Mars has two faces: a northern hemisphere where the ground is smooth and low, and a southern hemisphere of high elevation and many craters.
“It’s weird. It’s one of the really striking things about the planet,” says Steven Squyres, a planetary scientist at Cornell University. “But if we are going to understand Mars, we need to understand its dichotomy.”
Now, three papers published in the June 26 Nature provide an explanation.
“Something big,” says Francis Nimmo, a lead author on one of the studies and a University of California, Santa Cruz planetary scientist, “smacked into Mars and stripped half the crust off the planet.”
In 1984, Squyres and now retired astrogeologist Don E. Wilhelms suggested that a single impact could cause the Martian surface to split, almost down the middle. The impact hypothesis was an alternative to the idea that internal Martian processes or multiple asteroid impacts made the northern hemisphere 4 kilometers lower and gave it a thinner crust than the southern hemisphere. It was inspired by a theory developing at the time, and now more widely accepted, that Earth’s moon formed when a large impact broke off a chunk of the planet.
But, “we didn’t do any detailed calculations. We simply proposed the impact idea,” says Squyres, who was not involved in the latest research. “For 25 years, it just sat there.”
Now, he explains, the new studies “lend some real quantitative rigor to the idea” that an asteroid or comet hit Mars roughly 4 billion years ago.
The first team, using data from two Mars orbiters, mapped the surface elevations, crustal thicknesses and variations in gravitational pull of the entire planet’s surface. That analysis enabled the scientists to essentially peel back the newer layers of volcanic rock and see underneath to the ancient surface of the Red Planet’s northern hemisphere, says Jeffrey Andrews-Hanna, a postdoctoral planetary scientist at MIT and lead author on the team’s paper. The results unveiled a gigantic, smooth pockmark that traces the border between Mars’ two faces and is projected to cover 40 percent of the planet’s surface.

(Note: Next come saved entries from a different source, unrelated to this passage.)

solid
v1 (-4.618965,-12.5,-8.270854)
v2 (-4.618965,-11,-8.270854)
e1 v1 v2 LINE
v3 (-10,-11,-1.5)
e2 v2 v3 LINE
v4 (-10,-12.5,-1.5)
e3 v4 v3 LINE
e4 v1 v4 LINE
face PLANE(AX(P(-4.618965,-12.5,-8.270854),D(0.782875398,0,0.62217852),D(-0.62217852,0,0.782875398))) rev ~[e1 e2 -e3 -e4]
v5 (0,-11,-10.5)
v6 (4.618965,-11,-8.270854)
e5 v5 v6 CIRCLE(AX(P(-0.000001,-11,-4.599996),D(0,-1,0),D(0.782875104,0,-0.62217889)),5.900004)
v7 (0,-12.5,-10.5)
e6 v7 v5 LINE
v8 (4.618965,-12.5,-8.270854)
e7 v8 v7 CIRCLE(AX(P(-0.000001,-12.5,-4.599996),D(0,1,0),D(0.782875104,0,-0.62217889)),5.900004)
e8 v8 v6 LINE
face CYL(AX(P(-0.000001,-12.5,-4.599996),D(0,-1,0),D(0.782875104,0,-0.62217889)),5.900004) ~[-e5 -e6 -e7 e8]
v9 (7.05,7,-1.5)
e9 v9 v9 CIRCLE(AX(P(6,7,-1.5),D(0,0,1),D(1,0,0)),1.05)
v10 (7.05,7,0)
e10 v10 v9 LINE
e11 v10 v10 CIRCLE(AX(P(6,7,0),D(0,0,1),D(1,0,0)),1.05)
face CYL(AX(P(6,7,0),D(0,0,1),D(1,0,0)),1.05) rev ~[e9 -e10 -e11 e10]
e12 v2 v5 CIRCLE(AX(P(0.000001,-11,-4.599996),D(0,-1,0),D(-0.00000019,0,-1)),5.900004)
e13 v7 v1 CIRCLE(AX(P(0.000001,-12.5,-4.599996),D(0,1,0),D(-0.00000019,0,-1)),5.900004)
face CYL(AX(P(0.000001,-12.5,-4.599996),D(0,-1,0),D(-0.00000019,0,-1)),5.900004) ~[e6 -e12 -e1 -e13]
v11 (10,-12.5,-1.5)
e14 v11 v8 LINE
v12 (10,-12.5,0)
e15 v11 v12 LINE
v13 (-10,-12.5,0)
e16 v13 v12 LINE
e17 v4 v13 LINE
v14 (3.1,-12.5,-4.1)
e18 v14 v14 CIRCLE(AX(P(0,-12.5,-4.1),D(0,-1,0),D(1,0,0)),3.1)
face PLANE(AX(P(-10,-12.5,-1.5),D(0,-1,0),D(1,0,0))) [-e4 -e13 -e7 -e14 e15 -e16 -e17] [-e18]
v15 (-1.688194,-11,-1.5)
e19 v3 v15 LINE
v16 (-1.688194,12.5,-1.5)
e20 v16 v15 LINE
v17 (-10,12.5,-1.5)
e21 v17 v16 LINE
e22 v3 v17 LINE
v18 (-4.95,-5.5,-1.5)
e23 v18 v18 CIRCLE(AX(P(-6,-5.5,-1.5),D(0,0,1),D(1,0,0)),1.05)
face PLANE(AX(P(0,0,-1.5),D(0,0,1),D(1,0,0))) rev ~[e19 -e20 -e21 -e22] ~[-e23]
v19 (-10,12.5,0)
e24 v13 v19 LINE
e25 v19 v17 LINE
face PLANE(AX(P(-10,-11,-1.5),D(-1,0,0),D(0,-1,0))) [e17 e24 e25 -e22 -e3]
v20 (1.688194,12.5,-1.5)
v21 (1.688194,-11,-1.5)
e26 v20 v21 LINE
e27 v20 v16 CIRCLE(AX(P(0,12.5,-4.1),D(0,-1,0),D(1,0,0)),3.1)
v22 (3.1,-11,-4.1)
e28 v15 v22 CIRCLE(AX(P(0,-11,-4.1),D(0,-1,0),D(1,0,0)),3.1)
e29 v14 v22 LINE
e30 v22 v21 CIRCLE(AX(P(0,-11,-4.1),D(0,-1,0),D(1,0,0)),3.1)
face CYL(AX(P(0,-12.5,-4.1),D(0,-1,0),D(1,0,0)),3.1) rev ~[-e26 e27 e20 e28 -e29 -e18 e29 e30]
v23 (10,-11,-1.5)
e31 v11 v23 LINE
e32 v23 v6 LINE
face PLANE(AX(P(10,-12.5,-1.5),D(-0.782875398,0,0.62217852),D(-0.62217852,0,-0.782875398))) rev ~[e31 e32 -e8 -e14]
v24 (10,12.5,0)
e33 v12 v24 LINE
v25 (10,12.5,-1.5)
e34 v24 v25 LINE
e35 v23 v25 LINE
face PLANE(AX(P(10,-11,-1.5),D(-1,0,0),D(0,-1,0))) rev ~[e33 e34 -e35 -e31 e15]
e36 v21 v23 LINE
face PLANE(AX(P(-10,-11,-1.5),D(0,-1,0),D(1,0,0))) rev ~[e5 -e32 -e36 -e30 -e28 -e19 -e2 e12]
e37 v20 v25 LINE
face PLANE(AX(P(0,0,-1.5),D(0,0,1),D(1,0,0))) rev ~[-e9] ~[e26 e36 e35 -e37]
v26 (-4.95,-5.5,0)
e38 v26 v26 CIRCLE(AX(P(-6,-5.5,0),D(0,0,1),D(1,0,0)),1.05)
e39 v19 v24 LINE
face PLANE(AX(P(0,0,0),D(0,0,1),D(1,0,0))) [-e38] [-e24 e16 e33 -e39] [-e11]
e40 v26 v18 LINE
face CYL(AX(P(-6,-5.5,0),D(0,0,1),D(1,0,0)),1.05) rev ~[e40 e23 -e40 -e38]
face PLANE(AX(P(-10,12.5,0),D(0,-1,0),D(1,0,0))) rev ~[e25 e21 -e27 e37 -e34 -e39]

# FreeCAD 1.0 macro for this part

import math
import FreeCAD as App
import Part
import Sketcher
from FreeCAD import Vector


def add_polygon(sketch, points):
    """Adds a closed chain of lines whose ends are joined by coincident constraints."""
    first, n = sketch.GeometryCount, len(points)
    for a, b in zip(points, points[1:] + points[:1]):
        sketch.addGeometry(Part.LineSegment(App.Vector(*a, 0), App.Vector(*b, 0)), False)
    for i in range(n):
        sketch.addConstraint(Sketcher.Constraint("Coincident", first + i, 2, first + (i + 1) % n, 1))

doc = App.newDocument("Part")
body = doc.addObject("PartDesign::Body", "Body")

sketch1 = doc.addObject("Sketcher::SketchObject", "Sketch")
body.addObject(sketch1)
sketch1.AttachmentSupport = (doc.XY_Plane, [""])
sketch1.MapMode = "FlatFace"
add_polygon(sketch1, [(-10, 12.5), (-10, -12.5), (10, -12.5), (10, 12.5)])
sketch1.addGeometry(Part.Circle(Vector(-6, -5.5, 0), Vector(0, 0, 1), 1.1), False)
sketch1.addGeometry(Part.Circle(Vector(6, 7, 0), Vector(0, 0, 1), 1.1), False)
sketch1.addConstraint([
    Sketcher.Constraint("Vertical", 0),
    Sketcher.Constraint("Horizontal", 1),
    Sketcher.Constraint("Vertical", 2),
    Sketcher.Constraint("Horizontal", 3),
    Sketcher.Constraint("Equal", 4, 5),
    Sketcher.Constraint("Symmetric", 0, 2, 2, 2, -1, 1),
    Sketcher.Constraint("Diameter", 4, 2.1),
    Sketcher.Constraint("DistanceX", 1, 1, 1, 2, 20.0),
    Sketcher.Constraint("DistanceY", 0, 2, 0, 1, 25.0),
    Sketcher.Constraint("DistanceX", 4, 3, -1, 1, 6.0),
    Sketcher.Constraint("DistanceX", -1, 1, 5, 3, 6.0),
    Sketcher.Constraint("DistanceY", -1, 1, 5, 3, 7.0),
    Sketcher.Constraint("DistanceY", 0, 2, 4, 3, 7.0),
])
pad1 = doc.addObject("PartDesign::Pad", "Pad")
body.addObject(pad1)
pad1.Profile = sketch1
pad1.Length = 1.5
pad1.Reversed = True

sketch2 = doc.addObject("Sketcher::SketchObject", "Sketch001")
body.addObject(sketch2)
sketch2.AttachmentSupport = (doc.XY_Plane, [""])
sketch2.MapMode = "FlatFace"
sketch2.AttachmentOffset = App.Placement(Vector(0, 0, -1.5), App.Rotation())
add_polygon(sketch2, [(-10, -12.5), (-10, -11), (10, -11), (10, -12.5)])
sketch2.addConstraint([
    Sketcher.Constraint("Vertical", 0),
    Sketcher.Constraint("Horizontal", 1),
    Sketcher.Constraint("Vertical", 2),
    Sketcher.Constraint("Horizontal", 3),
    Sketcher.Constraint("DistanceX", 1, 1, 1, 2, 20.0),
    Sketcher.Constraint("DistanceY", 0, 1, 0, 2, 1.5),
    Sketcher.Constraint("DistanceX", 0, 2, -1, 1, 10.0),
    Sketcher.Constraint("DistanceY", 0, 2, -1, 1, 11.0),
])
pad2 = doc.addObject("PartDesign::Pad", "Pad001")
body.addObject(pad2)
pad2.Profile = sketch2
pad2.Length = 9
pad2.Reversed = True

sketch3 = doc.addObject("Sketcher::SketchObject", "Sketch002")
body.addObject(sketch3)
sketch3.AttachmentSupport = (doc.XZ_Plane, [""])
sketch3.MapMode = "FlatFace"
sketch3.AttachmentOffset = App.Placement(Vector(0, 0, 12.5), App.Rotation())
sketch3.addGeometry([
    Part.Circle(Vector(0, -4.1, 0), Vector(0, 0, 1), 3.1),
    Part.LineSegment(Vector(-4.6, -8.3, 0), Vector(-10, -1.5, 0)),
    Part.LineSegment(Vector(-10, -1.5, 0), Vector(-10, -10.5, 0)),
    Part.LineSegment(Vector(-10, -10.5, 0), Vector(0, -10.5, 0)),
    Part.ArcOfCircle(Part.Circle(Vector(0, -4.6, 0), Vector(0, 0, 1), 5.9), math.radians(-142), math.radians(-90)),
    Part.ArcOfCircle(Part.Circle(Vector(0, -4.6, 0), Vector(0, 0, 1), 5.9), math.radians(-90), math.radians(-38)),
    Part.LineSegment(Vector(0, -10.5, 0), Vector(10, -10.5, 0)),
    Part.LineSegment(Vector(10, -10.5, 0), Vector(10, -1.5, 0)),
    Part.LineSegment(Vector(10, -1.5, 0), Vector(4.6, -8.3, 0)),
], False)
sketch3.addConstraint([
    Sketcher.Constraint("Coincident", 1, 2, 2, 1),
    Sketcher.Constraint("Coincident", 2, 2, 3, 1),
    Sketcher.Constraint("Tangent", 3, 2, 4, 2),
    Sketcher.Constraint("Tangent", 4, 1, 1, 1),
    Sketcher.Constraint("Tangent", 5, 1, 6, 1),
    Sketcher.Constraint("Coincident", 6, 2, 7, 1),
    Sketcher.Constraint("Coincident", 7, 2, 8, 1),
    Sketcher.Constraint("Tangent", 8, 2, 5, 2),
    Sketcher.Constraint("Vertical", 2),
    Sketcher.Constraint("Horizontal", 3),
    Sketcher.Constraint("Horizontal", 6),
    Sketcher.Constraint("Vertical", 7),
    Sketcher.Constraint("Coincident", 5, 3, 4, 3),
    Sketcher.Constraint("Equal", 4, 5),
    Sketcher.Constraint("Symmetric", 1, 2, 7, 2, -2),
    Sketcher.Constraint("PointOnObject", 0, 3, -2),
    Sketcher.Constraint("PointOnObject", 4, 3, -2),
    Sketcher.Constraint("Diameter", 0, 6.2),
    Sketcher.Constraint("DistanceX", 3, 1, 3, 2, 10.0),
    Sketcher.Constraint("DistanceY", 2, 2, 2, 1, 9.0),
    Sketcher.Constraint("DistanceY", 0, 3, -1, 1, 4.1),
    Sketcher.Constraint("DistanceY", 1, 2, -1, 1, 1.5),
    Sketcher.Constraint("Radius", 4, 5.900004),
])
pocket1 = doc.addObject("PartDesign::Pocket", "Pocket")
body.addObject(pocket1)
pocket1.Profile = sketch3
pocket1.Length = 30

doc.recompute()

“Finding this elliptical boundary is a smoking gun,” Andrews-Hanna says. “There is only one known way to get a shape like this: Impact.”
Projected to be 10,600 kilometers long and 8,500 kilometers wide — roughly equivalent to the combined area of Asia, Europe and Australia — this mammoth crater now takes its place as the largest known crater in the solar system.
It also looks similar when closely compared with other massive cavities, such as the Hellas basin on Mars or the South Pole-Aitken basin on the moon — except that it’s four times larger than either of them, Andrews-Hanna explains.
When Squyres and Wilhems identified part of the cavity in the 1980s, they dubbed it BorealisBasin. Because about a third of its edge is hidden under layers of lava flows, Andrews-Hanna says, no one had mapped the entire Martian scar, until now.
“This data should change the tide of scientific opinion about what shaped the surface of Mars. All the evidence we have now agrees best with the impact scenario,” the MIT researcher says, “especially after you consider the other two papers.”
The other two groups aimed to model where an impactor could have hit and how large it could have been. These two teams knew from observations similar to Andrews-Hanna’s that they needed to show how an impact event could result in a Martian surface with a huge cavity in the northern hemisphere. An impact would melt a planet’s surface wherever it hit, and the simulation would have to leave Mars with a thin crust in the north and thicker crust in the south, Nimmo, lead author of the third paper, explains.
Knowing this, the two teams simulated slamming different-sized objects into Mars to pinpoint the “sweet spot” conditions that could gouge out such a large scar but not melt the entire crust of the planet or create a standard crater rim, says Caltech graduate student Margarita Marinova, lead author on the other modeling paper.
The newly identified Martian cavity does not have a crater rim, possibly because the impactor was so big that, when it hit, it ejected material over a large part of the Martian surface rather than in just a small ring around the crater, she says.
Working independently from Andrews-Hanna, both teams successfully hit the “sweet spot,” nearly matching the observations of the impact cavity’s size and location that Andrews-Hanna’s team report.
Also, the two modeling teams independently concluded that the impactor had to be between one-tenth and two-thirds the size of the moon to create Mars’ two-faced surface.
“The model calculations are solidly done, and the observations are good. They do not prove by a shadow of a doubt that this is how this planet’s dichotomy formed,” Squyres says. “But it’s nice to see an old idea dusted off and turned into something with real physical plausibility.”